In the context of personalized therapy, there are few examples of targeted therapy highly selective for a single molecular target that has long-term success, with tyrosine kinase inhibitors for the treatment of chronic myelogenous leukemia being the most successful example1. Almost invariably in cases, tumors develop resistance to these therapies using the most diverse strategies, including activation of other signaling pathways that contribute to the maintenance of the malignant phenotype2. Thus, the concept of drugs that act on multiple targets to exert their antineoplastic activity has gained prominence in oncology3,4.

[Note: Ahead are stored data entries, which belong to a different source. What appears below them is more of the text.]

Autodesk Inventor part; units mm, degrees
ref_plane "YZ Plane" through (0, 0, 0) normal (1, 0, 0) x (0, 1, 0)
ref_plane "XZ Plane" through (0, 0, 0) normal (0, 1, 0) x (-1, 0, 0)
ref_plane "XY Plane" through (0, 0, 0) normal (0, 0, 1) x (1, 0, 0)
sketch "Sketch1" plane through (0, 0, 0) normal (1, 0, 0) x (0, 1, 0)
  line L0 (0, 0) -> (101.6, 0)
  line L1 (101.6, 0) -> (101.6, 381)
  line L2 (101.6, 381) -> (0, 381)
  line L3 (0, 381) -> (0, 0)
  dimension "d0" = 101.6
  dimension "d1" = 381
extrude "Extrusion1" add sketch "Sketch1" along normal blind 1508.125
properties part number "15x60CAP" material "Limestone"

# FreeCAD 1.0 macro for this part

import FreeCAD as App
import Part
import Sketcher

V = App.Vector
Q = App.Units.Quantity


def add_polygon(sketch, points):
    """Adds a closed chain of lines whose ends are joined by coincident constraints."""
    first, n = sketch.GeometryCount, len(points)
    for a, b in zip(points, points[1:] + points[:1]):
        sketch.addGeometry(Part.LineSegment(App.Vector(*a, 0), App.Vector(*b, 0)), False)
    for i in range(n):
        sketch.addConstraint(Sketcher.Constraint("Coincident", first + i, 2, first + (i + 1) % n, 1))

doc = App.newDocument("Part")
body = doc.addObject("PartDesign::Body", "Body")

sketch1 = body.newObject("Sketcher::SketchObject", "Sketch")
sketch1.AttachmentSupport = (doc.getObject("YZ_Plane"), [""])
sketch1.MapMode = "FlatFace"
add_polygon(sketch1, [(0, 381), (0, 0), (101.6, 0), (101.6, 381)])
sketch1.addConstraint([
    Sketcher.Constraint("Vertical", 0),
    Sketcher.Constraint("Horizontal", 1),
    Sketcher.Constraint("Vertical", 2),
    Sketcher.Constraint("Horizontal", 3),
    Sketcher.Constraint("Coincident", 0, 2, -1, 1),
    Sketcher.Constraint("DistanceX", 1, 1, 1, 2, Q("4 in")),
    Sketcher.Constraint("DistanceY", 0, 2, 0, 1, Q("15 in")),
])
pad1 = body.newObject("PartDesign::Pad", "Pad")
pad1.Profile = sketch1
pad1.Length = Q("59.375 in")

doc.recompute()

The compound NT157 belongs to the class of tyrphostin and was initially described as an allosteric inhibitor of insulin-like growth factor 1 receptor (IGF1R). NT157 induces extracellular signal-regulated kinases (ERK)-dependent serine phosphorylation of insulin receptor substrates 1 and 2 (IRS1/2) as a result of shifting IGF1R complexation from IRS1/2 to SHC, thus NT157 leads to long-term inhibition of IGF1R-IRS1/2 signaling5,6. Other well-characterized targets of NT157 are the signal transducers and activators of transcription 3 and 5 (STAT3/5), which are inactivated by dephosphorylation through drug-induced protein phosphatase activation7,8,9. Recently, a phosphoproteomic study has shed light on new molecular mechanisms triggered by NT157 that could contribute to its anticancer effects, among them c-Jun N-terminal kinases (JNK) activation and AXL inhibition10.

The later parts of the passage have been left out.